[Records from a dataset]
Content starts
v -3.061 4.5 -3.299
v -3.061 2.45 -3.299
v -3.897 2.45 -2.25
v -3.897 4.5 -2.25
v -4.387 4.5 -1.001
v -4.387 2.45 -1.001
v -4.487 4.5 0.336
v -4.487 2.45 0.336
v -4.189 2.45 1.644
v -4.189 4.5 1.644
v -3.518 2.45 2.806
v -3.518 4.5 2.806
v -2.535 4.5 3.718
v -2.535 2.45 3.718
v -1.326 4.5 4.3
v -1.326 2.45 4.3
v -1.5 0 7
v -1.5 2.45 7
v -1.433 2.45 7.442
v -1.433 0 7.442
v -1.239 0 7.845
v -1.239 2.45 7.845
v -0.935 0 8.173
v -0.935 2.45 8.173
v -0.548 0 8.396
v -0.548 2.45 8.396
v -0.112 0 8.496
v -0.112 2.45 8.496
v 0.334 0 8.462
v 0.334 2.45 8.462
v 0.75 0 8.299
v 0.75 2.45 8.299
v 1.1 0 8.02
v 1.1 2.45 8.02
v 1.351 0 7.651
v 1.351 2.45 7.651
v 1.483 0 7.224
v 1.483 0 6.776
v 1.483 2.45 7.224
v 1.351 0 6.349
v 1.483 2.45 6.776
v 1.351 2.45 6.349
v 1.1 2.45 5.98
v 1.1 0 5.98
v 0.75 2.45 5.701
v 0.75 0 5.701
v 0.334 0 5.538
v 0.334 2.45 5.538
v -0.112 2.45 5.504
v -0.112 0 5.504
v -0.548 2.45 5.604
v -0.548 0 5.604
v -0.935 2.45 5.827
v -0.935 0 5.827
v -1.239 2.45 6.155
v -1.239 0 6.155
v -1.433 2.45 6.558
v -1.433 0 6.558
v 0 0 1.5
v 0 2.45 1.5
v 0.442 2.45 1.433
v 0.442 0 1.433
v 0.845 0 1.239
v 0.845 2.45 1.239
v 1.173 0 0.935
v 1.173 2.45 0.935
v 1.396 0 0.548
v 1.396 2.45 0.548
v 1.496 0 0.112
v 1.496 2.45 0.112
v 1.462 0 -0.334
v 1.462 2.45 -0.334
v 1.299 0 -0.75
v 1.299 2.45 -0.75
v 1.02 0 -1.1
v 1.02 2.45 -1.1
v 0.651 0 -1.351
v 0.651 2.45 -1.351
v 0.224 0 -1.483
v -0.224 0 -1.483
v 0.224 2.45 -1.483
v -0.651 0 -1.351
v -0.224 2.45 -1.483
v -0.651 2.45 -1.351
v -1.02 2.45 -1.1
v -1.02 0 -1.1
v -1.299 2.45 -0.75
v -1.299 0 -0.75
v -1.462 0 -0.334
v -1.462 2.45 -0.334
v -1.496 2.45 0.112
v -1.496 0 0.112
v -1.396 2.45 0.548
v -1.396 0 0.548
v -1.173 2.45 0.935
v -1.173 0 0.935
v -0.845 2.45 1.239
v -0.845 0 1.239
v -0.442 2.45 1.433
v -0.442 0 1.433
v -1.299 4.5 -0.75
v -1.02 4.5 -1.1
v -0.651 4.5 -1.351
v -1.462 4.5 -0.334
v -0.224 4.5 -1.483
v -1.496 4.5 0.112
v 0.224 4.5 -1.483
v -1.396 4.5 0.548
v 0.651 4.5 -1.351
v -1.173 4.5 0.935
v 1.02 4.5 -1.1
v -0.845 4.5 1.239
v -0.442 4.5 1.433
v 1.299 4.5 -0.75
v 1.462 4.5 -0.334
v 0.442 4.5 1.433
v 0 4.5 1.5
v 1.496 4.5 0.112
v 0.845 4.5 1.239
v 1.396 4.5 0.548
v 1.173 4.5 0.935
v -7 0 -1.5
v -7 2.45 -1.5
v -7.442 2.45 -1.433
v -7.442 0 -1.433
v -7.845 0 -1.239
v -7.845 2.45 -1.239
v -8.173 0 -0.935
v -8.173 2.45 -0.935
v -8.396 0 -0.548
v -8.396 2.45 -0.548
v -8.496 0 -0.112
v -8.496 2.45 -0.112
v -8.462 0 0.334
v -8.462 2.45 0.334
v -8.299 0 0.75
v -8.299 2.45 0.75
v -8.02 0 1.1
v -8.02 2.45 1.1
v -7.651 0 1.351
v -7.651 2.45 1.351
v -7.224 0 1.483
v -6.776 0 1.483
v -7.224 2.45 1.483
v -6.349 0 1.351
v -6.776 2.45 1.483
Content ends
### PROBLEM TO SOLVE
The answer should contain only the lines from the first line of the entries through the line holding "v -1.496 0 0.112", each exactly as written.

### WRITTEN RESPONSE
v -3.061 4.5 -3.299
v -3.061 2.45 -3.299
v -3.897 2.45 -2.25
v -3.897 4.5 -2.25
v -4.387 4.5 -1.001
v -4.387 2.45 -1.001
v -4.487 4.5 0.336
v -4.487 2.45 0.336
v -4.189 2.45 1.644
v -4.189 4.5 1.644
v -3.518 2.45 2.806
v -3.518 4.5 2.806
v -2.535 4.5 3.718
v -2.535 2.45 3.718
v -1.326 4.5 4.3
v -1.326 2.45 4.3
v -1.5 0 7
v -1.5 2.45 7
v -1.433 2.45 7.442
v -1.433 0 7.442
v -1.239 0 7.845
v -1.239 2.45 7.845
v -0.935 0 8.173
v -0.935 2.45 8.173
v -0.548 0 8.396
v -0.548 2.45 8.396
v -0.112 0 8.496
v -0.112 2.45 8.496
v 0.334 0 8.462
v 0.334 2.45 8.462
v 0.75 0 8.299
v 0.75 2.45 8.299
v 1.1 0 8.02
v 1.1 2.45 8.02
v 1.351 0 7.651
v 1.351 2.45 7.651
v 1.483 0 7.224
v 1.483 0 6.776
v 1.483 2.45 7.224
v 1.351 0 6.349
v 1.483 2.45 6.776
v 1.351 2.45 6.349
v 1.1 2.45 5.98
v 1.1 0 5.98
v 0.75 2.45 5.701
v 0.75 0 5.701
v 0.334 0 5.538
v 0.334 2.45 5.538
v -0.112 2.45 5.504
v -0.112 0 5.504
v -0.548 2.45 5.604
v -0.548 0 5.604
v -0.935 2.45 5.827
v -0.935 0 5.827
v -1.239 2.45 6.155
v -1.239 0 6.155
v -1.433 2.45 6.558
v -1.433 0 6.558
v 0 0 1.5
v 0 2.45 1.5
v 0.442 2.45 1.433
v 0.442 0 1.433
v 0.845 0 1.239
v 0.845 2.45 1.239
v 1.173 0 0.935
v 1.173 2.45 0.935
v 1.396 0 0.548
v 1.396 2.45 0.548
v 1.496 0 0.112
v 1.496 2.45 0.112
v 1.462 0 -0.334
v 1.462 2.45 -0.334
v 1.299 0 -0.75
v 1.299 2.45 -0.75
v 1.02 0 -1.1
v 1.02 2.45 -1.1
v 0.651 0 -1.351
v 0.651 2.45 -1.351
v 0.224 0 -1.483
v -0.224 0 -1.483
v 0.224 2.45 -1.483
v -0.651 0 -1.351
v -0.224 2.45 -1.483
v -0.651 2.45 -1.351
v -1.02 2.45 -1.1
v -1.02 0 -1.1
v -1.299 2.45 -0.75
v -1.299 0 -0.75
v -1.462 0 -0.334
v -1.462 2.45 -0.334
v -1.496 2.45 0.112
v -1.496 0 0.112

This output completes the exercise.